SECURE 2.0 increases the required minimum distribution (RMD) age from 70½ to 73, delaying the point at which a retiree is required to withdraw pre-tax savings and include it in their taxable income. This change creates an opportunity to ensure your clients’ investment and withdrawal strategies take the extended time frame into account. It can also lead to conversations about investments, asset allocation, and tax-efficient withdrawal strategies, to name a few.

Opportunity Description
For Age 70½ and older:
One-time qualified charitable donation (QCD) election to a split-interest entity An ability for donors to make a QCD of up to $50,000 to fund one of either a charitable remainder unitrust, charitable remainder annuity trust, or charitable gift annuity.
For All Retirees:
Increase in age for required beginning date for mandatory distributions Increases the required minimum distribution age to 73 starting on January 1, 2023, and to 75 starting on January 1, 2033.
Qualifying longevity annuity contracts (QLAC) Repeals the 25% limit and allows up to $200,000 (indexed) to be used from an account balance to purchase a QLAC.
Roth plan distribution rules Starting January 1, 2024, eliminates the pre-death distribution requirement for RMDs in Roth accounts in employer plans.
Reduction in excise tax on certain accumulations in qualified retirement plans Reduces the penalty for failure to take RMDs from 50% to 25%; and if a failure to take a RMD from an IRA is corrected in a timely manner, the excise tax on the failure is further reduced from 25% to 10%.

Retirement Plans

SECURE 2.0 includes additional considerations for employers who sponsor a retirement plan and their participants, presenting an opportunity to help them understand the changes and evaluate new features that are available. Several of these changes are required, for example, relying on participants to certify that hardship distribution conditions are met, while others are optional, for example, offering emergency savings accounts or student loan matching beginning in 2024.  Review SECURE 2.0: Benefits for Individuals and Retirement Plans for more details on all of the provisions applicable for employers.

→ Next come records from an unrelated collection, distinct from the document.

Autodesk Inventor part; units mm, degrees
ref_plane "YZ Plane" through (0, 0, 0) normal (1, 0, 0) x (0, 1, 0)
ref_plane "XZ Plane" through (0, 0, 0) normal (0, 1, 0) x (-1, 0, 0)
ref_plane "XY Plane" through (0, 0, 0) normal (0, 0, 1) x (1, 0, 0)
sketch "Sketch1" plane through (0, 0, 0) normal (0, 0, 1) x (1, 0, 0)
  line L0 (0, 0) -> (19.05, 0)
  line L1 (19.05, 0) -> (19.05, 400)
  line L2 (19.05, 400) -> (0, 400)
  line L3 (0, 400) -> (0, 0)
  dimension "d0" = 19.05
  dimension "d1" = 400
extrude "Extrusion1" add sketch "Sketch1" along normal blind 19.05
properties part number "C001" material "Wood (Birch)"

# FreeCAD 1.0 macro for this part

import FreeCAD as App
import Part
import Sketcher
from FreeCAD import Vector

doc = App.newDocument("Part")
params = doc.addObject("Spreadsheet::Sheet", "Params")
for row, (alias, value) in enumerate([
    ("sketch1_height", "400 mm"),
    ("sketch1_width", "19.05 mm"),
    ("pad1_length", "19.05 mm"),
], start=1):
    params.set(f"A{row}", alias)
    params.set(f"B{row}", "=" + value)
    params.setAlias(f"B{row}", alias)

body = doc.addObject("PartDesign::Body", "Body")

sketch1 = body.newObject("Sketcher::SketchObject", "Sketch")
sketch1.AttachmentSupport = (doc.getObject("XY_Plane"), [""])
sketch1.MapMode = "FlatFace"
sketch1.addGeometry([
    Part.LineSegment(Vector(0, 400, 0), Vector(0, 0, 0)),
    Part.LineSegment(Vector(0, 0, 0), Vector(19, 0, 0)),
    Part.LineSegment(Vector(19, 0, 0), Vector(19, 400, 0)),
    Part.LineSegment(Vector(19, 400, 0), Vector(0, 400, 0)),
], False)
sketch1.addConstraint([
    Sketcher.Constraint("Coincident", 0, 2, 1, 1),
    Sketcher.Constraint("Coincident", 1, 2, 2, 1),
    Sketcher.Constraint("Coincident", 2, 2, 3, 1),
    Sketcher.Constraint("Coincident", 3, 2, 0, 1),
    Sketcher.Constraint("Vertical", 0),
    Sketcher.Constraint("Horizontal", 1),
    Sketcher.Constraint("Vertical", 2),
    Sketcher.Constraint("Horizontal", 3),
    Sketcher.Constraint("Coincident", 0, 2, -1, 1),
    Sketcher.Constraint("DistanceY", 0, 2, 0, 1, 400.0),
    Sketcher.Constraint("DistanceX", 1, 1, 1, 2, 19.05),
])
sketch1.setExpression("Constraints[9]", "Params.sketch1_height")
sketch1.setExpression("Constraints[10]", "Params.sketch1_width")
pad1 = body.newObject("PartDesign::Pad", "Pad")
pad1.Profile = sketch1
pad1.setExpression("Length", "Params.pad1_length")

doc.recompute()
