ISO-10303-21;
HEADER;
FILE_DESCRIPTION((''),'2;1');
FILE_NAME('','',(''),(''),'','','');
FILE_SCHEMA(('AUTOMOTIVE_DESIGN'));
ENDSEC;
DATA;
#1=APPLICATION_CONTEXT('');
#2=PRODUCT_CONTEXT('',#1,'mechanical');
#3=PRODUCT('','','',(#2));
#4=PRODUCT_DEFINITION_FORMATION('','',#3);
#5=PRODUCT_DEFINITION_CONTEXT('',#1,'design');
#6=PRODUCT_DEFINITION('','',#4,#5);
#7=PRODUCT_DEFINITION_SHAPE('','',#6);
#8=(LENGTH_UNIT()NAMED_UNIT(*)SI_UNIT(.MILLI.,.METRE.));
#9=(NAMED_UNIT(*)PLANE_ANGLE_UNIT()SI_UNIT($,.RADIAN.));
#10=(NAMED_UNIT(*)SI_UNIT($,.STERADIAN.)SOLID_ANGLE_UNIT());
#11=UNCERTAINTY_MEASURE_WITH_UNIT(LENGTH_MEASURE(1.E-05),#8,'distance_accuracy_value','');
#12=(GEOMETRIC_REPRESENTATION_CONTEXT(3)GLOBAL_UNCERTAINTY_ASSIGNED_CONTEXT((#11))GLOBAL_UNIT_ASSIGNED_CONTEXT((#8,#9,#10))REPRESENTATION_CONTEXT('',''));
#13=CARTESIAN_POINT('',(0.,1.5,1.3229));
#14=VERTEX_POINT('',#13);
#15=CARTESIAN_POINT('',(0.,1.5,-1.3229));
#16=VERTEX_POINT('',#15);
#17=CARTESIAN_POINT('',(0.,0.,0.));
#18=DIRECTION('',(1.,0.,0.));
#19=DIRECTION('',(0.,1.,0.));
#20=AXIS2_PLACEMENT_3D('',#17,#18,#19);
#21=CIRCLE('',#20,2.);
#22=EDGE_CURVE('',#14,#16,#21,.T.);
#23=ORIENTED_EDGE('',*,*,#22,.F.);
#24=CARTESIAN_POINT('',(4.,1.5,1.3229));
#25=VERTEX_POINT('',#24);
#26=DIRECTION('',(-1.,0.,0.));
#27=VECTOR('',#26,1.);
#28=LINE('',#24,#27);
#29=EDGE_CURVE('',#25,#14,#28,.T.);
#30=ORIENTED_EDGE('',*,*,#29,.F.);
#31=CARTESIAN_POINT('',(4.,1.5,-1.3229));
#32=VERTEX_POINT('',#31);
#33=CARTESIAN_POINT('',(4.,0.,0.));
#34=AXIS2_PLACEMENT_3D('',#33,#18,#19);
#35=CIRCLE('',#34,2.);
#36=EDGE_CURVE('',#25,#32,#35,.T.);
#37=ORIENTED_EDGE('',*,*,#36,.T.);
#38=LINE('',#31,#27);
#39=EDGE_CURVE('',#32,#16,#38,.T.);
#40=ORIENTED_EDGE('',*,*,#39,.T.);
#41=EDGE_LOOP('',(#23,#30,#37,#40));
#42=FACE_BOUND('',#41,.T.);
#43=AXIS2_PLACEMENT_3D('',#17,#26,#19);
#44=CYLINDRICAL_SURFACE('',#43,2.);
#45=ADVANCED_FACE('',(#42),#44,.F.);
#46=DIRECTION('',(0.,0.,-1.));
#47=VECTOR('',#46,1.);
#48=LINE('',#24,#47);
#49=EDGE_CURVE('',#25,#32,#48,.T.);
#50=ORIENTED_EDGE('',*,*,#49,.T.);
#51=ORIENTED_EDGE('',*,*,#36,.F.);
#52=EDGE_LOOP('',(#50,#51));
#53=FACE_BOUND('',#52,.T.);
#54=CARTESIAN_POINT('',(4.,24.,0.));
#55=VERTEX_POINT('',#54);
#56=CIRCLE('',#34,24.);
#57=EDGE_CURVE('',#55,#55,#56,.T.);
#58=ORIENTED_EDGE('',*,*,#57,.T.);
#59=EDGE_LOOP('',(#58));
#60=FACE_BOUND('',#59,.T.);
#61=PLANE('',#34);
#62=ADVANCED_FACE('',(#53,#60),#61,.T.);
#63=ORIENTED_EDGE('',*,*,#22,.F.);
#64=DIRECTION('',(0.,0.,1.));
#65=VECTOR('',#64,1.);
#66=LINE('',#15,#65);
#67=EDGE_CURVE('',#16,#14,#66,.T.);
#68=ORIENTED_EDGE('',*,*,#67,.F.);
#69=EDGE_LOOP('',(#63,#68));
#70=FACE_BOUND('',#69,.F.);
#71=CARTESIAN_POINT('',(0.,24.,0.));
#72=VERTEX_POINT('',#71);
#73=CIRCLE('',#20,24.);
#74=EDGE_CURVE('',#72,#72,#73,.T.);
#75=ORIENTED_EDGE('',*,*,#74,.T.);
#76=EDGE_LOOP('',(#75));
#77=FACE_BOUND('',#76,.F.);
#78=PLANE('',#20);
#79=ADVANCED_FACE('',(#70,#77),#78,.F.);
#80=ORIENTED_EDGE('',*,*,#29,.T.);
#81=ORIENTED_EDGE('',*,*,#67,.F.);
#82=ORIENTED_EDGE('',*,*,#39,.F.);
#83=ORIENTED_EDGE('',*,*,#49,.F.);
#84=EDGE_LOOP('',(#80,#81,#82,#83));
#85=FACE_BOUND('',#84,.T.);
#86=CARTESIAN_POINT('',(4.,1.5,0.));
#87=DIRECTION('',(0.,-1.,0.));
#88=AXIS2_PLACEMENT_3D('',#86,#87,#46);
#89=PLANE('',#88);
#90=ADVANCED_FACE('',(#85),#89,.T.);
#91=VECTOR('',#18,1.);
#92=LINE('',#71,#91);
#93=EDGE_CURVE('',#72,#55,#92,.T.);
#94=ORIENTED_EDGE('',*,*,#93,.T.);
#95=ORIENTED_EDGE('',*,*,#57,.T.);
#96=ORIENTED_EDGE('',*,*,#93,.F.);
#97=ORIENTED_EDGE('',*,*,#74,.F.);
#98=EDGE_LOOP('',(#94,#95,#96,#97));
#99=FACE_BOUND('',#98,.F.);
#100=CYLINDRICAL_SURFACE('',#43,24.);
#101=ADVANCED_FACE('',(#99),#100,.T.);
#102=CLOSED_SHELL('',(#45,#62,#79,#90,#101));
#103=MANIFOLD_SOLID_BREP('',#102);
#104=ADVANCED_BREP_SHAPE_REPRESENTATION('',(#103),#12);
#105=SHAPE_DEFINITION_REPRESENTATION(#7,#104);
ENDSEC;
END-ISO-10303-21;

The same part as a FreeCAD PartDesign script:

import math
import FreeCAD as App
import Part
import Sketcher

V = App.Vector

doc = App.newDocument("Part")
body = doc.addObject("PartDesign::Body", "Body")

# Sketch on YZ plane
sketch1 = body.newObject("Sketcher::SketchObject", "Sketch")
sketch1.AttachmentSupport = (doc.getObject("YZ_Plane"), [""])
sketch1.MapMode = "FlatFace"
sketch1.addGeometry([
    Part.Circle(V(0, 0, 0), V(0, 0, 1), 24),
    Part.Circle(V(0, 0, 0), V(0, 0, 1), 2),
], False)
sketch1.addConstraint([
    Sketcher.Constraint("Coincident", 0, 3, -1, 1),
    Sketcher.Constraint("Coincident", 1, 3, -1, 1),
    Sketcher.Constraint("Diameter", 0, 48.0),
    Sketcher.Constraint("Diameter", 1, 4.0),
])
pad1 = body.newObject("PartDesign::Pad", "Pad")
pad1.Profile = sketch1
pad1.Length = 4

# Sketch on YZ plane
sketch2 = body.newObject("Sketcher::SketchObject", "Sketch001")
sketch2.AttachmentSupport = (doc.getObject("YZ_Plane"), [""])
sketch2.MapMode = "FlatFace"
sketch2.AttachmentOffset = App.Placement(V(0, 0, 4), App.Rotation())
sketch2.addGeometry([
    Part.LineSegment(V(1.5, 1.3229, 0), V(1.5, -1.3229, 0)),
    Part.ArcOfCircle(Part.Circle(V(0, 0, 0), V(0, 0, 1), 2), math.radians(-41.410145), math.radians(41.410145)),
], False)
sketch2.addConstraint([
    Sketcher.Constraint("Coincident", 0, 1, 1, 2),
    Sketcher.Constraint("Coincident", 1, 1, 0, 2),
    Sketcher.Constraint("Vertical", 0),
    Sketcher.Constraint("Coincident", 1, 3, -1, 1),
    Sketcher.Constraint("Radius", 1, 2.0),
    Sketcher.Constraint("DistanceX", -1, 1, 0, 1, 1.5),
])
pad2 = body.newObject("PartDesign::Pad", "Pad001")
pad2.Profile = sketch2
pad2.Length = 4
pad2.Reversed = True

doc.recompute()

SECURE 2.0 was designed to help more people prepare for retirement and it also provides additional financial planning considerations for your clients. Take this opportunity to talk with your clients about how they can take advantage of these benefits.

RELATED RESOURCES

SECURE 2.0: Benefits for Individuals and Retirement Plans

Learn more about SECURE 2.0—including benefits for small business owners, parents/grandparents, retirees, participants, and employers — and educate your clients on the financial and retirement planning considerations the legislation provides.

All information is accurate as of November 1, 2023. Additional guidance or regulations may be issued after this date that change/clarify individual provisions.

1 For plan years beginning after December 29, 2022.

2 This amount counts toward the year’s allowable contribution limit to the Roth IRA and cannot exceed that year's allowable contribution limit.